# 2005 altima throttle position sensor



## edster9244 (Jun 30, 2010)

my wifes car showed service engine soon light after she started it,it would not respond when pressing the acc. pedal. started later and it seemed fine,took it to the dealer and they said the computer showed tps sensor but could not duplicate the problem charged me ninety bucks and said to bring it back if it happened again.any ideas?


----------



## rogoman (Dec 16, 2004)

The TPS is part of the Electric Throttle Control Actuator assembly which is mounted on the throttle valve. When there's a malfuntion, car will run in what's called "Fail-Safe" mode; any response to the gas pedal will be extremely slow. In the majority of cases, bad ground connections are the problem. In your case, an intermittent condition could be a loose ground.


----------



## 06nismofrontier (Sep 22, 2010)

*06 frontier (transmission fail safe mode)!!*

I just started having probs with my tranny on my frontier first thing tht happend was when i went to start the truck it was very sluggish to start like the battery didnt have enough charge finally got it started and drove home from 180 trip i had taken during the drive i was about 30m away from my home town and i felt a jerk in the transmission. After i felt the jerk i started babying the truck the rest of the way home. Got 5 miles away pulled off the interstate and the truck was stuck in 4th gear long story short i freaked took the truck to a dealership and the techs there told me that the turbine sensor within the valve body on the trans. was bad and i had to order the entire valve body mind you ($972) so i had no other choice to order it. Well today i get a call from the dealer telling me the trans. is pretty much (FRIED) and all they done was a fluid test to see if there was particles within the fluid so i freak to say the least later on this evening im thinking about the elec. controlled trans. and the battery sends voltage to the trans.computer which tells the tranny to shift at certain rpm's come to find out the trans went into fail safe mode because the battery would not hold a charge found this out by searching (will a low battery cause transmission trouble) so dont always listen to what the SERVICE TECHS say there paycheck is made up from what you pay to have your vehicle serviced.....sincerly no dis to all SERVICE TECHS


----------



## smj999smj (Jan 1, 2006)

edster9244 said:


> my wifes car showed service engine soon light after she started it,it would not respond when pressing the acc. pedal. started later and it seemed fine,took it to the dealer and they said the computer showed tps sensor but could not duplicate the problem charged me ninety bucks and said to bring it back if it happened again.any ideas?

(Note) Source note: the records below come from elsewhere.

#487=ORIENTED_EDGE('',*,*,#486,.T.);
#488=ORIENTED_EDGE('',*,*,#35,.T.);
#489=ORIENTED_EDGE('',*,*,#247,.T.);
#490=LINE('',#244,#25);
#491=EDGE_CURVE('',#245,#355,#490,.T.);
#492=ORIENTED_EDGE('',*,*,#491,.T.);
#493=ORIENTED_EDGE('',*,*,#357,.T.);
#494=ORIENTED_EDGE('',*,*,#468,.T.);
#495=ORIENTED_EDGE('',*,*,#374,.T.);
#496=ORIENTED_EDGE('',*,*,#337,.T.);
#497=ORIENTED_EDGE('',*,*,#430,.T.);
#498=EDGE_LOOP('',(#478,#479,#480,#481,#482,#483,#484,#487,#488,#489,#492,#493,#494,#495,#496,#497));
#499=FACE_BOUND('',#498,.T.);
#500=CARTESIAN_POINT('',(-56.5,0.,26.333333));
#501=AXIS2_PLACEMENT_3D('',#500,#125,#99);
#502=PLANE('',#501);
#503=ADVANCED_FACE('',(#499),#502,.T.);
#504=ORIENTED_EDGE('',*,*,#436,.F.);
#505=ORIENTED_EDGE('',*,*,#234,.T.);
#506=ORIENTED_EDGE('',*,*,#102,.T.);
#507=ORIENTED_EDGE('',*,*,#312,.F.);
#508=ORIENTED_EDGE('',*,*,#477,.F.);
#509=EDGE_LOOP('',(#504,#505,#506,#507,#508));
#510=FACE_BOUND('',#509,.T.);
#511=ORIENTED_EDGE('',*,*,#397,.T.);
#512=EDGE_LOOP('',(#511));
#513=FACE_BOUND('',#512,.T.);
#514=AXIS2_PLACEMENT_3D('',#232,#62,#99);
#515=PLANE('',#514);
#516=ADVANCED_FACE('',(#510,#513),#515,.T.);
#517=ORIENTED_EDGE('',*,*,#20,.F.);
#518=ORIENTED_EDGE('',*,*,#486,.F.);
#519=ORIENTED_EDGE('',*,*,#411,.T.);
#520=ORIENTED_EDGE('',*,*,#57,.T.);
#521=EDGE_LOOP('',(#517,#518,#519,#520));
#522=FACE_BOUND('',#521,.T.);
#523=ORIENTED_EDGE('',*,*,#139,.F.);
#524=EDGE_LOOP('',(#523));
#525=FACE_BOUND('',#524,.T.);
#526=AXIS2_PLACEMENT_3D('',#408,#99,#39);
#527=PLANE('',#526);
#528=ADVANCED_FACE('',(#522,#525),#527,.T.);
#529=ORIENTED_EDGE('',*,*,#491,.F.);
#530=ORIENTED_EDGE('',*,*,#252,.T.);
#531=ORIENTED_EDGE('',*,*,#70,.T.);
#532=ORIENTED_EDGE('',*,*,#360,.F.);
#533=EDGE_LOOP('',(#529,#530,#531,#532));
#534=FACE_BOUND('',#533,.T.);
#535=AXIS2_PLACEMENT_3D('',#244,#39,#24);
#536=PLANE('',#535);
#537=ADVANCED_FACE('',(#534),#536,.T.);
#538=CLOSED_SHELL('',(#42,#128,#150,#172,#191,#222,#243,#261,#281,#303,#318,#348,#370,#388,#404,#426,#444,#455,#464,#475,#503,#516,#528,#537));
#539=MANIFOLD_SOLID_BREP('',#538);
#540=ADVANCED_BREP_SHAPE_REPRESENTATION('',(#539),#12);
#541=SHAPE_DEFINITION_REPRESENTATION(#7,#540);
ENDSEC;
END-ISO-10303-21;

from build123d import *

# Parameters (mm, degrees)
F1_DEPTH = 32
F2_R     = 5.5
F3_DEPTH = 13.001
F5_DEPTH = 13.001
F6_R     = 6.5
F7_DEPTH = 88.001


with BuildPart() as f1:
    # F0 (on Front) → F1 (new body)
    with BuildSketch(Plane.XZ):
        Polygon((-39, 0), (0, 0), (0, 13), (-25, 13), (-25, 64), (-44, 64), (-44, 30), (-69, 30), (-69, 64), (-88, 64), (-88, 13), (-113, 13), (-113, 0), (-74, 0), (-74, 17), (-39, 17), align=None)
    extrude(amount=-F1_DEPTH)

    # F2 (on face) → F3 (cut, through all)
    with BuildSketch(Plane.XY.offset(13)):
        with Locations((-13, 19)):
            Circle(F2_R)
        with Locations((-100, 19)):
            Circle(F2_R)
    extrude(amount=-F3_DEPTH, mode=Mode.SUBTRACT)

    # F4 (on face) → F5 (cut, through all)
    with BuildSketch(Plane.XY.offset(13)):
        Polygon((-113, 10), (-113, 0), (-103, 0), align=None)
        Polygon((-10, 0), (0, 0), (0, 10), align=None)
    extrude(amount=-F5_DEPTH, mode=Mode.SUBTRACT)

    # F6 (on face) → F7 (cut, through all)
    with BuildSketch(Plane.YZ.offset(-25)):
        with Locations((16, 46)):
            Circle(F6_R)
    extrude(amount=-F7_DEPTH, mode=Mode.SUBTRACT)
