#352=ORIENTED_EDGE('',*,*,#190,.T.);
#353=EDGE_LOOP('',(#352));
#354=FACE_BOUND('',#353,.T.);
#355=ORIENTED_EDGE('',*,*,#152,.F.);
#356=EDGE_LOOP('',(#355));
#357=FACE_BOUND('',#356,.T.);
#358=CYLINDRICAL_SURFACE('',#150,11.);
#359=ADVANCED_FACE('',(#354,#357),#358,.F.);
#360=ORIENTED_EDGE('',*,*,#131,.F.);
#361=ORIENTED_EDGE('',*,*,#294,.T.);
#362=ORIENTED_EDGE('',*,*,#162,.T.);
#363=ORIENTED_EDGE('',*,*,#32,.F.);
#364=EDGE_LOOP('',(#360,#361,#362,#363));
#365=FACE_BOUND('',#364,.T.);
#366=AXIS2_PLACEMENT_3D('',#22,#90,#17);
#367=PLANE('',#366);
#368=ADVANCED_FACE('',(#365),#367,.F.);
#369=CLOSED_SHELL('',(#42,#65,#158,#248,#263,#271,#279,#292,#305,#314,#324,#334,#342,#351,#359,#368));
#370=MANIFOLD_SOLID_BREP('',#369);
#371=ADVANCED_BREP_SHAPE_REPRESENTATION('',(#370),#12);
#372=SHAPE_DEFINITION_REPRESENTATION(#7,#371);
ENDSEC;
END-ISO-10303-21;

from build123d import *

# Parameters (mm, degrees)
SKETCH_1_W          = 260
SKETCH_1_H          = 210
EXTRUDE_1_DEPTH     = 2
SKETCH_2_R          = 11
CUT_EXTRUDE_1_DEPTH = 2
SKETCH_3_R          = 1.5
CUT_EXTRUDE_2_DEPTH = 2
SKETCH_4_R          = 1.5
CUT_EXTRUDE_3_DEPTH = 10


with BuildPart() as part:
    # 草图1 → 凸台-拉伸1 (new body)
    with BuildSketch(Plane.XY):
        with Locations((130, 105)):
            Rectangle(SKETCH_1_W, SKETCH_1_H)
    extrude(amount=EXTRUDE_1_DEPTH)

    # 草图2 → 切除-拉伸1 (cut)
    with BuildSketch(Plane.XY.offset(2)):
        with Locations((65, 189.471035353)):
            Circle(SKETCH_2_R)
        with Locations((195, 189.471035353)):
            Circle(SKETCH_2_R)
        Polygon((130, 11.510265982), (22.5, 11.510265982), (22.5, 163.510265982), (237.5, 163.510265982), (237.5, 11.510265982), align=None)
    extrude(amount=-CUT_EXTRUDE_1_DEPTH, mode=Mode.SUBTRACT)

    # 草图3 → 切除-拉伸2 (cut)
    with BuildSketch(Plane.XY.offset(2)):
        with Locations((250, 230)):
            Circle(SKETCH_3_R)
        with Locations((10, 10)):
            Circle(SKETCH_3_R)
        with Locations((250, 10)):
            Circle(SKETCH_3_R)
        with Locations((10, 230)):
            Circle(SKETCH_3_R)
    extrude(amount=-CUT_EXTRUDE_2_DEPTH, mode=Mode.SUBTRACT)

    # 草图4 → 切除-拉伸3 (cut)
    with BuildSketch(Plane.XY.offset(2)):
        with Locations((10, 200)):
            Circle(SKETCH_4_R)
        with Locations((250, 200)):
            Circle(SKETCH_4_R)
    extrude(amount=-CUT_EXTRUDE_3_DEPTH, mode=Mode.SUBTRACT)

My feeling has always been if they can't find anything wrong, they shouldn't charge you anything...but maybe that's just me...


----------



## smj999smj (Jan 1, 2006)

06nismofrontier said:


> I just started having probs with my tranny on my frontier first thing tht happend was when i went to start the truck it was very sluggish to start like the battery didnt have enough charge finally got it started and drove home from 180 trip i had taken during the drive i was about 30m away from my home town and i felt a jerk in the transmission. After i felt the jerk i started babying the truck the rest of the way home. Got 5 miles away pulled off the interstate and the truck was stuck in 4th gear long story short i freaked took the truck to a dealership and the techs there told me that the turbine sensor within the valve body on the trans. was bad and i had to order the entire valve body mind you ($972) so i had no other choice to order it. Well today i get a call from the dealer telling me the trans. is pretty much (FRIED) and all they done was a fluid test to see if there was particles within the fluid so i freak to say the least later on this evening im thinking about the elec. controlled trans. and the battery sends voltage to the trans.computer which tells the tranny to shift at certain rpm's come to find out the trans went into fail safe mode because the battery would not hold a charge found this out by searching (will a low battery cause transmission trouble) so dont always listen to what the SERVICE TECHS say there paycheck is made up from what you pay to have your vehicle serviced.....sincerly no dis to all SERVICE TECHS


Well, I don't know why you put this in the Altima section rather than the Frontier section, but you're right. Charging system failure can cause a lot of problems on today's vehicles. If you mentioned the starting problems you had to them, the first thing they should have done is checked the battery and charging system, correct as necessary, erase any stored codes and road test the vehicle to check for any more potential problems. Service shops, be it a dealership or independant shop, are only as good as the tech that works on your car. I was a Nissan Master Tech and spent 16 years in Nissan service departments. There were some very good techs, but there were also some I wouldn't let anywhere near my vehicle!


----------



## reinaldo (Sep 30, 2010)

*2005 altima*

As I can see the instruction given to you is correct. I hope you resolve the issue.
________
Reinaldo


----------